Yea I don't want to confront him about it because he will tell me, you see you haven't changed! What if he is just friends with her! God why do I do this to myself! I don't think I am strong enough for this, I am really dying inside. I don't want this. =(


----------



## finallyseewhy (May 1, 2010)

Is this women an old friend? Mutual?


----------



## PreludeCkN (Jan 21, 2010)

she was an old co-worker. She left when she graduated college and went on to a better job. I felt relieved when she left. Every now and them she would come up. Nothing that I was worried about. This is thing right before I left I erased her number on his cell phone. When I talked to him again he told me that he noticed that I erased it and was upset about it. He told me, you see you are still jealous and controlling. I messed up, yet again. I never really talked to her, but we have gone out with his co-workers and that was the only interaction I got with her. This is killing me.


----------



## stbxhmaybe (Apr 29, 2010)

A friend of mine said when I asked him what did he think about my situation, being nearly 2 months into the separation and not seeing any change.

He said, give her time if she doesn't change her mind why would you want to be with somebody that doesn't want to be with you?

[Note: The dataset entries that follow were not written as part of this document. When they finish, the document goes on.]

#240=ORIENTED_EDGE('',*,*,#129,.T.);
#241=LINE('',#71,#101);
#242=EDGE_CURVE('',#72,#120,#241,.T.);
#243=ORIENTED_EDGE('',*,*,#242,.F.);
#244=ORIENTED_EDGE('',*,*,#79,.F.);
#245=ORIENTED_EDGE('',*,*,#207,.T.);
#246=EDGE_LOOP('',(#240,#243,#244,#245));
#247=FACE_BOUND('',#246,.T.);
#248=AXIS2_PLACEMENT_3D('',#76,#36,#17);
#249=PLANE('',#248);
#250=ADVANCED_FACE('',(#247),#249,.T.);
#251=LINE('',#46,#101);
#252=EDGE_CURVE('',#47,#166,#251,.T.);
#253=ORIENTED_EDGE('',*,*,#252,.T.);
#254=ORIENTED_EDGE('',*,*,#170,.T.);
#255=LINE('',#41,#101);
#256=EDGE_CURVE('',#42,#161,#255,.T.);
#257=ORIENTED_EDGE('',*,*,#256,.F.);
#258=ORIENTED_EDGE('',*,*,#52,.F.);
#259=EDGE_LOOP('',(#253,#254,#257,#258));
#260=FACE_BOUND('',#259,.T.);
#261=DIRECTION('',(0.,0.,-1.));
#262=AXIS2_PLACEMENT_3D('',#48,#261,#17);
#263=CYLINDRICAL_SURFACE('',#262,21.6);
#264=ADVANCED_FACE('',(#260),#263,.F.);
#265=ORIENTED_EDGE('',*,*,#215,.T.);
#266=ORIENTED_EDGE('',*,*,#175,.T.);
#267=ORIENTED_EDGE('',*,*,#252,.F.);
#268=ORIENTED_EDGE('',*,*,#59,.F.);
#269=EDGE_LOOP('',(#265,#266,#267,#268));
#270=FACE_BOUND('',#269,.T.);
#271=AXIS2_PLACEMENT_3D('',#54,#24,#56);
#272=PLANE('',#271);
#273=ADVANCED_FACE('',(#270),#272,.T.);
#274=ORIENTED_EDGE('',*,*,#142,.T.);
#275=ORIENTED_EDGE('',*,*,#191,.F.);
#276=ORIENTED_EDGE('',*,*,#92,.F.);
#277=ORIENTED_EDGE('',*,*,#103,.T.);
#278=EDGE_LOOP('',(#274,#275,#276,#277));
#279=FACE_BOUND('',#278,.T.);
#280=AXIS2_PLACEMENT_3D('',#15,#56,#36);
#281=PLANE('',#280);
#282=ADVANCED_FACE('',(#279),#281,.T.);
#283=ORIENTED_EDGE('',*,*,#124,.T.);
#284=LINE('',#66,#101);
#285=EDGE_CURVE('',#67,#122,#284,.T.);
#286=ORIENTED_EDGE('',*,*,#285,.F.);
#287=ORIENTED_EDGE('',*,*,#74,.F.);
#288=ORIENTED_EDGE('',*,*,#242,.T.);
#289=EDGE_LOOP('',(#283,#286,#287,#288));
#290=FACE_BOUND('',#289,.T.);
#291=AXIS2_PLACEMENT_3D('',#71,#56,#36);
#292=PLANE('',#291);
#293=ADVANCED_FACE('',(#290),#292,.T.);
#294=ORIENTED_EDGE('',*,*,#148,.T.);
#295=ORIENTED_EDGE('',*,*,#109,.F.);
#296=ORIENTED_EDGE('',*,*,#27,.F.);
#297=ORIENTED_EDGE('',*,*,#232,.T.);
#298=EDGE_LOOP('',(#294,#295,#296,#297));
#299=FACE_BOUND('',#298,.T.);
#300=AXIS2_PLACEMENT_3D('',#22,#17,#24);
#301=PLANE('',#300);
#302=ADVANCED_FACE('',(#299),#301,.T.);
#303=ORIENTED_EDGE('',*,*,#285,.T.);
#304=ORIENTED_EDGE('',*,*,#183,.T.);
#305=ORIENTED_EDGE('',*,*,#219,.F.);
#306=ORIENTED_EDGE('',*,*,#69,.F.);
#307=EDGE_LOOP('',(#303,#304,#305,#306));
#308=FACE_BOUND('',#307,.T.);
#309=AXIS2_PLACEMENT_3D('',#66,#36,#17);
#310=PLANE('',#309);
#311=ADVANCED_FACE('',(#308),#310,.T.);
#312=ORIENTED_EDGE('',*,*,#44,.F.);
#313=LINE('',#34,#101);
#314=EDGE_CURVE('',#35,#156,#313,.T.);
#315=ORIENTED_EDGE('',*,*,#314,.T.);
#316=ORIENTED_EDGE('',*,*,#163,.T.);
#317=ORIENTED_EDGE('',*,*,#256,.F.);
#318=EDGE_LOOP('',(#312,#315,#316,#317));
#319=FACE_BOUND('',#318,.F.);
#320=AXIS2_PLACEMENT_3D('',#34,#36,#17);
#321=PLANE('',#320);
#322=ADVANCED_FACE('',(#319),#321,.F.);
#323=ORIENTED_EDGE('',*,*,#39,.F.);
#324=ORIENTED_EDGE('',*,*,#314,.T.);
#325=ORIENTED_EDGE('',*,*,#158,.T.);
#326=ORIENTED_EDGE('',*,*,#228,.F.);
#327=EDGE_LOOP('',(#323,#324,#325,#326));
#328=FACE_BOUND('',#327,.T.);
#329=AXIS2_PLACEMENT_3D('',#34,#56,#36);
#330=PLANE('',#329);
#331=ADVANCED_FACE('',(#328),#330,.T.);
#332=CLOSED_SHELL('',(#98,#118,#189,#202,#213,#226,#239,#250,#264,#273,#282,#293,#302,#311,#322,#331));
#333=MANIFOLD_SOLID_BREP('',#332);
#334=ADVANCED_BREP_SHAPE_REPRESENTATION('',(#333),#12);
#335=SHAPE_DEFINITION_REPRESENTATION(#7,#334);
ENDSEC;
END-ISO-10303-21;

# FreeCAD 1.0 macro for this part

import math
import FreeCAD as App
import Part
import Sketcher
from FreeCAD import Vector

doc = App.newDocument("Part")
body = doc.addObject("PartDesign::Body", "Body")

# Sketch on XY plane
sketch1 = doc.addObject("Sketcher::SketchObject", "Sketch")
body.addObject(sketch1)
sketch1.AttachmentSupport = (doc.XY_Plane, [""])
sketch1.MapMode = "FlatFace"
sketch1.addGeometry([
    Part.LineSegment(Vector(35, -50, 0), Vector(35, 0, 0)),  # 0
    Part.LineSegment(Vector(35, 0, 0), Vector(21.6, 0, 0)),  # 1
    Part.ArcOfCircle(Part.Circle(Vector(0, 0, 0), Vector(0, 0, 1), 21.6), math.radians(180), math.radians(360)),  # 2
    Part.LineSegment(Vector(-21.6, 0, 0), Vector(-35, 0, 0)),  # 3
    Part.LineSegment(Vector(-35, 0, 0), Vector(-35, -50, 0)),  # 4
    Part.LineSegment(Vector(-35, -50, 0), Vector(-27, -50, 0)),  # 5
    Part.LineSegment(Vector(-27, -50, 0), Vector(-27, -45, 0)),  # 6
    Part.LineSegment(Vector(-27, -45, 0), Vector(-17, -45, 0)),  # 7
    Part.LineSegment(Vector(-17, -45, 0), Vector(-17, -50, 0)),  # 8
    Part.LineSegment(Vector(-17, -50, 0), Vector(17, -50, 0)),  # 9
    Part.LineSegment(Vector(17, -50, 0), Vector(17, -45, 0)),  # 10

It is true, why would we? if they end up finding somebody else, or not even that they prefer to be alone w/o us well so be it. As much as we want we cannot hold on to them, let them go...if they come back our relationship was meant to be it will be if not we also have the right to decide if we want to move on. 

Being faithful and interested on the marriage doesn't mean that we have to endure mistreatments or being taken advantage of. 

Love them but not to the point of degrading ourselves.

ALSO: those calls may or may not mean something but you are suffering because you found them. FOCUS on working on yourself, not on trying to find about his life.


----------



## PreludeCkN (Jan 21, 2010)

stbxhmaybe said:


> Being faithful and interested on the marriage doesn't mean that we have to endure mistreatments or being taken advantage of.
> 
> Love them but not to the point of degrading ourselves.
> 
> ALSO: those calls may or may not mean something but you are suffering because you found them. FOCUS on working on yourself, not on trying to find about his life.


Thanks for your advice, I am really trying hard here, I am to the point of no return.


----------



## PreludeCkN (Jan 21, 2010)

I don't know if I am strong enough, I dont want to feel this way anymore.


----------



## Hurtin' unit (Apr 13, 2010)

Yes, you will make it. Of course you don't want to feel hurt any more, who would? It takes time, and it seems you will need alot more time to make it better. This is only my opinion, and I am not any sort of counseslor, just a guy now separated for 6 weeks. You cannot change anything about your husband, not one thing. You can only change you, and that is what you have to do. Concentrate on you, changing things in your life to make it better, make you feel better about yourself, make you stronger etc. He may never come around, may as well start getting on with life. If he sees all that you can become, maybe he will change himself, maybe not. But at least in the mean time, you will become a better, happier you. 

As you know, I am in the same boat in some ways. Had another dream last night where she was once again rejecting me, love waking up feeling like that. But there is nothing I can do about it at the moment, can't control my thoughts when I sleep. But yesterday I went dirt biking with some guys after work, and then today went on a street bike ride with one of the same guys, so there is one new friend. So I feel pretty good right now, not really thinking about us too much. I can't change her feelings, I can only change myself and if she never wants to get back together, it will hurt like hell but I will go on, as that is what I am already doing. I think this is what you need to do too, move forward like you are not going to get back together yet still hope you will, either way it will serve you better in the future. I have give my wife a bit of a timeline to figure it out, in that I said I want to know by the end of the summer where we are at and if she can't say yes or no, then I will. Not trying to pressure her, but that is what I need to do for me. 

I hope that you can dig deep and find the strength/courage to move on with things, you deserve to be happy and waiting for somebody else to make decisions in your life is not the way to do it. You need to be in control, and you will find that you can do it. I know you can.


----------



## stbxhmaybe (Apr 29, 2010)

Hurtin' unit said:


> Move forward like you are not going to get back together yet still hope you will, either way it will serve you better in the future..


Beautiful! that's all I can say..


----------